**PROBLEM DETAILS:** Write out, from the entries below, exactly the lines that run between the lines holding "#51=ADVANCED_FACE('',(#42,#49),#50,.T.);" and "#65=EDGE_CURVE('',#53,#44,#64,.T.);", inclusive, and stop there.

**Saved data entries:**
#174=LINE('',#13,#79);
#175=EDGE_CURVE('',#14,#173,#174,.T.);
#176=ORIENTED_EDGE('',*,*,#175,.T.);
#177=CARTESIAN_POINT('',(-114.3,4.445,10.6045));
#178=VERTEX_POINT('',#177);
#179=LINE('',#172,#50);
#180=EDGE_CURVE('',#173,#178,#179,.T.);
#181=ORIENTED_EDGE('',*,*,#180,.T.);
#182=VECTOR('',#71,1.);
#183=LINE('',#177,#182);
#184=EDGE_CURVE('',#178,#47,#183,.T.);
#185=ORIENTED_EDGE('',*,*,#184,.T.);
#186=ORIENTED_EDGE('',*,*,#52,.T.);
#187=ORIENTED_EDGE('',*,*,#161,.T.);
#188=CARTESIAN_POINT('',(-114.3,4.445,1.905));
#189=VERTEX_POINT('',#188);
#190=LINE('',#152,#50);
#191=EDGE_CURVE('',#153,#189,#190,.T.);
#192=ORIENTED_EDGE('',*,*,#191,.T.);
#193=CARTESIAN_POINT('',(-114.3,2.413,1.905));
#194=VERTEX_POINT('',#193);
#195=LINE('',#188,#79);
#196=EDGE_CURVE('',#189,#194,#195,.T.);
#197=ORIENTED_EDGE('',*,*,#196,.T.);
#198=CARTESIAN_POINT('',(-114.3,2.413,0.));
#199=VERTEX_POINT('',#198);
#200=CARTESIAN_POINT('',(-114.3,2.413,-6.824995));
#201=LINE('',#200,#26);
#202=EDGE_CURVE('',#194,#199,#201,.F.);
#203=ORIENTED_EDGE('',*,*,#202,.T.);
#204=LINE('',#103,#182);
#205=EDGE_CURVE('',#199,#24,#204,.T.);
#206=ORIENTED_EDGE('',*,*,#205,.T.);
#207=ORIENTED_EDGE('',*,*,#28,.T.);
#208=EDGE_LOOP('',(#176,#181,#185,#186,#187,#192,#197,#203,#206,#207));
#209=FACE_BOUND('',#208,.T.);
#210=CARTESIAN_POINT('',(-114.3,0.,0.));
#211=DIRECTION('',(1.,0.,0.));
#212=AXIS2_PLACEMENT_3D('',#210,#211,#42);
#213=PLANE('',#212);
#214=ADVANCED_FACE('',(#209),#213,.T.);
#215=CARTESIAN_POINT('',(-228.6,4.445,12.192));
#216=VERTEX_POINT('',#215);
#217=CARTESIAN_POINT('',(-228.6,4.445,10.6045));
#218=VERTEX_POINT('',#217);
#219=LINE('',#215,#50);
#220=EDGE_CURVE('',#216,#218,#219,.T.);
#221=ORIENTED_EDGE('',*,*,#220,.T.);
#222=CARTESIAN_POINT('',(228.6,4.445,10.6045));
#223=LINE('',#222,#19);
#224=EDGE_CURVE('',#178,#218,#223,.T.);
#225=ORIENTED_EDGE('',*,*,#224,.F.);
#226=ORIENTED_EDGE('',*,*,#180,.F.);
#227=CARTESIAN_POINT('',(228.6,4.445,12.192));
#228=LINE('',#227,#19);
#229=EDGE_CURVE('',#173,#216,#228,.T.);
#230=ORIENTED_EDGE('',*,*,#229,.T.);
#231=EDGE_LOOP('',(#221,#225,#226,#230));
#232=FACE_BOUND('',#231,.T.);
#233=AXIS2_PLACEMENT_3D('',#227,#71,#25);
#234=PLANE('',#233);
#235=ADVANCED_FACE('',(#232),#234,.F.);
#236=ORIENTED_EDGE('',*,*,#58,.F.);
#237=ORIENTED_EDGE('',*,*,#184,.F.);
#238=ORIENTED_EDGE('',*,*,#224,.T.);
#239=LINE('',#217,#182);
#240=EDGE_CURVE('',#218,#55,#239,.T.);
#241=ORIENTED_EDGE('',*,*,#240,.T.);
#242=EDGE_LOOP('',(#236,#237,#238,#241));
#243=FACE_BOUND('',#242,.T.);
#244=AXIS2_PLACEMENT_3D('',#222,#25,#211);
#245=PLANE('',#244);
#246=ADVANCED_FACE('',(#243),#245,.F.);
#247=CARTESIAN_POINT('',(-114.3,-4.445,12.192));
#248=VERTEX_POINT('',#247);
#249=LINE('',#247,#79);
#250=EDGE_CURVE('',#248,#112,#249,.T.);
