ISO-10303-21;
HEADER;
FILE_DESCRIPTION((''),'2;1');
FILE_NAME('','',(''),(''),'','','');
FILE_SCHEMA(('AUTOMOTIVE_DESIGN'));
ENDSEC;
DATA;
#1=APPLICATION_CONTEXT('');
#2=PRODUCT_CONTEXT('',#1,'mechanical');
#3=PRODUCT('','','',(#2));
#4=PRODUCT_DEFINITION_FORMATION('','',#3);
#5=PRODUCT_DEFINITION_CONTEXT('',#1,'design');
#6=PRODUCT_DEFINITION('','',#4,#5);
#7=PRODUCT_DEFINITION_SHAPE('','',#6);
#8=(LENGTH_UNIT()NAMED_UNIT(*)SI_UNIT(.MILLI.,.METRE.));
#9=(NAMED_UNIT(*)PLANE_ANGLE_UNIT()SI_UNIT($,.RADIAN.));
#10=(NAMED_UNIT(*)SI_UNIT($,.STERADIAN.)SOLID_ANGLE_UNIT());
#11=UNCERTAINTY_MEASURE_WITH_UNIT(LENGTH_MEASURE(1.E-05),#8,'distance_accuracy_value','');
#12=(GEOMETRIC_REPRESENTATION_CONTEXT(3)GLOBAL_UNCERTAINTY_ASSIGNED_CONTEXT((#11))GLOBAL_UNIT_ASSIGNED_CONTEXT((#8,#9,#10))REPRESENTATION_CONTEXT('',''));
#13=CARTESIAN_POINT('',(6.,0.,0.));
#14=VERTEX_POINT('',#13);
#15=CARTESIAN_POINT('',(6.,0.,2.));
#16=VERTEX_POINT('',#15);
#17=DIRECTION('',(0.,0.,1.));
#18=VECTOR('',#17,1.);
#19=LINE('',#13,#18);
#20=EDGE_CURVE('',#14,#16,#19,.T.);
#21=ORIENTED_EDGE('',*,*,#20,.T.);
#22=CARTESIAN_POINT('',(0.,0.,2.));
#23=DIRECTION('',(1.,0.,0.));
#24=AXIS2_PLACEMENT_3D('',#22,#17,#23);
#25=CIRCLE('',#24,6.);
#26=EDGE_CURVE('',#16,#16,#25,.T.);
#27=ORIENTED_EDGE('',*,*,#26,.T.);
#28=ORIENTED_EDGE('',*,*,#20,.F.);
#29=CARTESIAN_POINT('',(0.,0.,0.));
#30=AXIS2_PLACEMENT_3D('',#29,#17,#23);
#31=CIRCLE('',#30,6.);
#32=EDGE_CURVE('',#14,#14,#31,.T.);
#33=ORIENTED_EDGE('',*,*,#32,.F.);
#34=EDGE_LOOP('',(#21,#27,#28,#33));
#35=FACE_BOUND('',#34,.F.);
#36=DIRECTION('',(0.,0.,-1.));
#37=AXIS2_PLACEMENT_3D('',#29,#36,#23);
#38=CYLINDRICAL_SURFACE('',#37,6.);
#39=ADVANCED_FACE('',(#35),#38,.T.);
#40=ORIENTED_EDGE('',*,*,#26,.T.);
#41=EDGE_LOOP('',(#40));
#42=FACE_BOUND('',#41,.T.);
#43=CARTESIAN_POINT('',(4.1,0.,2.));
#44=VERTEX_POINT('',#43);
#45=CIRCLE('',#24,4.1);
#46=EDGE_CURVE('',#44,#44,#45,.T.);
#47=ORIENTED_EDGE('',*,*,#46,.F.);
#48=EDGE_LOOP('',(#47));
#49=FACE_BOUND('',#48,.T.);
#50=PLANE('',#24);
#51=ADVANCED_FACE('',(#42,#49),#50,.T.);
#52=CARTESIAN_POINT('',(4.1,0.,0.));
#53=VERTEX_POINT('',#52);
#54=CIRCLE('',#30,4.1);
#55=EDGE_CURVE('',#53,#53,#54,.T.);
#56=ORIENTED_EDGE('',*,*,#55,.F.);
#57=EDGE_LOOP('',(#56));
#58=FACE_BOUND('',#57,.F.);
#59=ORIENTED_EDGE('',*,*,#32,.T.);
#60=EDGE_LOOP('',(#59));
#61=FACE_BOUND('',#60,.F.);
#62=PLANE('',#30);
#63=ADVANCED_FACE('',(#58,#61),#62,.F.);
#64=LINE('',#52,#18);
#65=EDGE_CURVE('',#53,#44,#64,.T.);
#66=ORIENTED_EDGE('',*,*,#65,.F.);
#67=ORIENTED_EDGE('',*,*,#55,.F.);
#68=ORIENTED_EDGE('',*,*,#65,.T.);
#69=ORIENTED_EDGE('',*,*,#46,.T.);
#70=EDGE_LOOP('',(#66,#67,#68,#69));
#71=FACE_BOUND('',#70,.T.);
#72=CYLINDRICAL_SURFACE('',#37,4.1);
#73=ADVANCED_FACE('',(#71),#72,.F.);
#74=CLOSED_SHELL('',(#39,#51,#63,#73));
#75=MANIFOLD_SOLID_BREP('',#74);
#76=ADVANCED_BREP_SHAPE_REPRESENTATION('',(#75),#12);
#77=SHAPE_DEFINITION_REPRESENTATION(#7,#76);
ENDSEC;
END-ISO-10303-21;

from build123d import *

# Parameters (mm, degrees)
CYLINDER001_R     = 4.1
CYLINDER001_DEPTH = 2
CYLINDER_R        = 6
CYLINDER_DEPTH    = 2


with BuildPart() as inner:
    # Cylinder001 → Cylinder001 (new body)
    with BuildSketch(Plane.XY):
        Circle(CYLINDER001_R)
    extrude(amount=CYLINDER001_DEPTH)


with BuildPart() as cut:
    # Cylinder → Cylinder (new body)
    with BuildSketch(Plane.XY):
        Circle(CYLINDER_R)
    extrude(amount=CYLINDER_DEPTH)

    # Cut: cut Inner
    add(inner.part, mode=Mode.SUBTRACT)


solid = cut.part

...

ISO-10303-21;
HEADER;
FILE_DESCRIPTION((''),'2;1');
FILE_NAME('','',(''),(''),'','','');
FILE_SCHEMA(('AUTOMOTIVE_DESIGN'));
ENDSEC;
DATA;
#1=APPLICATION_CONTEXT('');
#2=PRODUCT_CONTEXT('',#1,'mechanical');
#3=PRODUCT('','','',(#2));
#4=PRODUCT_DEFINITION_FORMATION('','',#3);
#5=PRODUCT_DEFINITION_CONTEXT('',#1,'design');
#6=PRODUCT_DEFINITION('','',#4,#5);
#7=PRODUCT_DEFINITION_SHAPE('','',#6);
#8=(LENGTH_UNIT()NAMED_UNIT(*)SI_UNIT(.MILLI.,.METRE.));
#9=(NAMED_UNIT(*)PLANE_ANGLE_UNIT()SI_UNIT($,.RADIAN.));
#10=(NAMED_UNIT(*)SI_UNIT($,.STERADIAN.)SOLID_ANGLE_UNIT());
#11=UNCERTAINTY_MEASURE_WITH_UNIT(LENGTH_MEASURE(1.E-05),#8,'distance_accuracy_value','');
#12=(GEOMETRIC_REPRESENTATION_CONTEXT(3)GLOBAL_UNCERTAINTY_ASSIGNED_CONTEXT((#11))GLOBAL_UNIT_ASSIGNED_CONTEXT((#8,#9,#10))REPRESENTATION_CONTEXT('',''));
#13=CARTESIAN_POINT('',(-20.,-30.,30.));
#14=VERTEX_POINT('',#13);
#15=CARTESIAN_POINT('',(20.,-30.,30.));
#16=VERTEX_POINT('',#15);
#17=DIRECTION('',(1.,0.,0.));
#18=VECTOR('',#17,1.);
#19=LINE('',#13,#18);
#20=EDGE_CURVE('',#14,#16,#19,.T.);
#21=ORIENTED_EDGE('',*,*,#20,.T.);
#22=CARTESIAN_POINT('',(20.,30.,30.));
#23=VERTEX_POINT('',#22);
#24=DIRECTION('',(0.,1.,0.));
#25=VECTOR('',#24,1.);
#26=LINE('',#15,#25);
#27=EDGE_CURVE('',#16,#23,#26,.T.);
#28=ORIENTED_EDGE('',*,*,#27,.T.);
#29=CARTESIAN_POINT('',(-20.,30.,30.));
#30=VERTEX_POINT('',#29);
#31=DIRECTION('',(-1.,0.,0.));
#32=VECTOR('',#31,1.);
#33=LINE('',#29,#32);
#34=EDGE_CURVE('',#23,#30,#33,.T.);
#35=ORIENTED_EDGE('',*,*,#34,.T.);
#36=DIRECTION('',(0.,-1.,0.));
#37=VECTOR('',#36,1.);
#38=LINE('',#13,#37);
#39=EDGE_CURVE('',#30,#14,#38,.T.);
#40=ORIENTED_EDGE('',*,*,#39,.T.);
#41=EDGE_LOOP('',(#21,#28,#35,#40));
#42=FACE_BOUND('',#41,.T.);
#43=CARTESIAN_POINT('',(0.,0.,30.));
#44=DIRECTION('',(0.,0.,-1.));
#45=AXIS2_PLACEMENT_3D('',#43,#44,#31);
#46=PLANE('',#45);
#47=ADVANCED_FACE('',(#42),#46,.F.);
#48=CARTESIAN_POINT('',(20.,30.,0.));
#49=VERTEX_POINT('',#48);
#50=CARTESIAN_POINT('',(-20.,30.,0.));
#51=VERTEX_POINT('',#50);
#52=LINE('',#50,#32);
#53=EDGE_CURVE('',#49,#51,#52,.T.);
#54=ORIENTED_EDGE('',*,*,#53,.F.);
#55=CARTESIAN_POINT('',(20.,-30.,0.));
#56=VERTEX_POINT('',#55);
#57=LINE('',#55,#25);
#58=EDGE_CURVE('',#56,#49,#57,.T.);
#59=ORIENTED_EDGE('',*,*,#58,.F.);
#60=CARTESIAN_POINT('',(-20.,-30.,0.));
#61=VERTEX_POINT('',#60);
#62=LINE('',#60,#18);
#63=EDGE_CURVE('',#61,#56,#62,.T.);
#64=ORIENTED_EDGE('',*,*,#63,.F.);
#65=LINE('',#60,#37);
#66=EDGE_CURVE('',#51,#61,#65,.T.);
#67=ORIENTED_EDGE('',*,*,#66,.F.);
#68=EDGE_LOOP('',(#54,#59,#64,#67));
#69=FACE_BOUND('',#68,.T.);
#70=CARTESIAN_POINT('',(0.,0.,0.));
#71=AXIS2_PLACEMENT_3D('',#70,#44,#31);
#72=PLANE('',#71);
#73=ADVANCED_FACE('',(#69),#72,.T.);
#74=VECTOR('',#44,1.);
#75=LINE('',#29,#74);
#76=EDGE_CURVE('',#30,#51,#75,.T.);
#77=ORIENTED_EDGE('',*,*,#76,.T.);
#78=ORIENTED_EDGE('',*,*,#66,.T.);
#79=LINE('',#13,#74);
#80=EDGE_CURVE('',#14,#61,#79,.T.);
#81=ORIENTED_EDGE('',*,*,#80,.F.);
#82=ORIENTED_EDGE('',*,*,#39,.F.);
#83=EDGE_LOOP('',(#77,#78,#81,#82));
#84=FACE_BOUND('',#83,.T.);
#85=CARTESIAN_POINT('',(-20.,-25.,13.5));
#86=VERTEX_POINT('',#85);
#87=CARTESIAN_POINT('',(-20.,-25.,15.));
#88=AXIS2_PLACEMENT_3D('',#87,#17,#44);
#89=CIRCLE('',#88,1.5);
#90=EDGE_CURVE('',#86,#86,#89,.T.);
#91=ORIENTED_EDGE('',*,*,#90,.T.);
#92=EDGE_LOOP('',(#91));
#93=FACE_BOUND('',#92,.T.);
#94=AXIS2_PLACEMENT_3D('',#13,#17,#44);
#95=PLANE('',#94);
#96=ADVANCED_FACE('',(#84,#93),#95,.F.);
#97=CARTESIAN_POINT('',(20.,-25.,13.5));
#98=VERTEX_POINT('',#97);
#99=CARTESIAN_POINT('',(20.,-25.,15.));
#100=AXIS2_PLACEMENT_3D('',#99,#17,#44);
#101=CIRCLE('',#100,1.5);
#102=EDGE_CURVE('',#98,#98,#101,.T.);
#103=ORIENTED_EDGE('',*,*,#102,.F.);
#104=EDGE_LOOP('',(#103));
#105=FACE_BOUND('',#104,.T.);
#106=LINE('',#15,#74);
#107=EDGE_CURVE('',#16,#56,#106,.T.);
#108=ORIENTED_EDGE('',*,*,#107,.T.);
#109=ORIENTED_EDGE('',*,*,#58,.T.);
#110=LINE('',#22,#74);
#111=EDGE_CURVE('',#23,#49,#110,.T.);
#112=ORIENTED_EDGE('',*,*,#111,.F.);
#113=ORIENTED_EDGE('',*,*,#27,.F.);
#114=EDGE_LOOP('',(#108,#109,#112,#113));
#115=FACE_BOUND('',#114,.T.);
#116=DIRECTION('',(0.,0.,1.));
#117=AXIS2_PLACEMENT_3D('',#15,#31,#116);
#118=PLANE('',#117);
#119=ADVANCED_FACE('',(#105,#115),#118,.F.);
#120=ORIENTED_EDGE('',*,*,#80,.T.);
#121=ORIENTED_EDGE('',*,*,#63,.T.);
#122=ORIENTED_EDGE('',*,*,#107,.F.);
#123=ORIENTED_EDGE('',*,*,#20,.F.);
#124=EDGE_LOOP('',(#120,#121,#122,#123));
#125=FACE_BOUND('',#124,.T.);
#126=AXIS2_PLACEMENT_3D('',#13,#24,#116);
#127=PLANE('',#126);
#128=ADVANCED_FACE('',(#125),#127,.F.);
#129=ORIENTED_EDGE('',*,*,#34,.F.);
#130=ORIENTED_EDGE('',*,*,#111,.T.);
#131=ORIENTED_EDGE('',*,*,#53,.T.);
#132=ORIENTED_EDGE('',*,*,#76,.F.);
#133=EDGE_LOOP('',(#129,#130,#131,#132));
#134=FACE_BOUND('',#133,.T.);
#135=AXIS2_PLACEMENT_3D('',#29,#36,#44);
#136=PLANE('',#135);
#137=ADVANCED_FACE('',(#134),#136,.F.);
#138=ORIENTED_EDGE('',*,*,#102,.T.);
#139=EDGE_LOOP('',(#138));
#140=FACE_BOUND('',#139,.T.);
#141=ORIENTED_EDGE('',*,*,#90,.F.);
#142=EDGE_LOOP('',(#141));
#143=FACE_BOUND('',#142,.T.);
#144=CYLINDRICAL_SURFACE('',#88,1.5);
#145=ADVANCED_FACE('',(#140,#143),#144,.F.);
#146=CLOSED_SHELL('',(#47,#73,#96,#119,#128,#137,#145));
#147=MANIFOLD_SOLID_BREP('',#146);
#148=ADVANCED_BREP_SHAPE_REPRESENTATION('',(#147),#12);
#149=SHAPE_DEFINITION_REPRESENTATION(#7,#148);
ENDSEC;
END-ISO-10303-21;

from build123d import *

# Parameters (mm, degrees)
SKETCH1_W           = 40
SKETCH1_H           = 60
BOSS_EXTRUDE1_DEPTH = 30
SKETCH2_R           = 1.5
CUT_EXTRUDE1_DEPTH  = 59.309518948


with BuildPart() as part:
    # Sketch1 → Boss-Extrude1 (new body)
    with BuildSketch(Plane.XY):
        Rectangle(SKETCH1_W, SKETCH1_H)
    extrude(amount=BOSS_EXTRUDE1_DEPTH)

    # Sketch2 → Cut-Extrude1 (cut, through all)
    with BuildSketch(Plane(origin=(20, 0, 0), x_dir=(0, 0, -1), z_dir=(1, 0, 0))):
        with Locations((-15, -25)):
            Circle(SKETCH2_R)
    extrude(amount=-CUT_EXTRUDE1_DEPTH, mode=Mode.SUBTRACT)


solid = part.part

**RESPONSE TO THE EXERCISE:**
#51=ADVANCED_FACE('',(#42,#49),#50,.T.);
#52=CARTESIAN_POINT('',(4.1,0.,0.));
#53=VERTEX_POINT('',#52);
#54=CIRCLE('',#30,4.1);
#55=EDGE_CURVE('',#53,#53,#54,.T.);
#56=ORIENTED_EDGE('',*,*,#55,.F.);
#57=EDGE_LOOP('',(#56));
#58=FACE_BOUND('',#57,.F.);
#59=ORIENTED_EDGE('',*,*,#32,.T.);
#60=EDGE_LOOP('',(#59));
#61=FACE_BOUND('',#60,.F.);
#62=PLANE('',#30);
#63=ADVANCED_FACE('',(#58,#61),#62,.F.);
#64=LINE('',#52,#18);
#65=EDGE_CURVE('',#53,#44,#64,.T.);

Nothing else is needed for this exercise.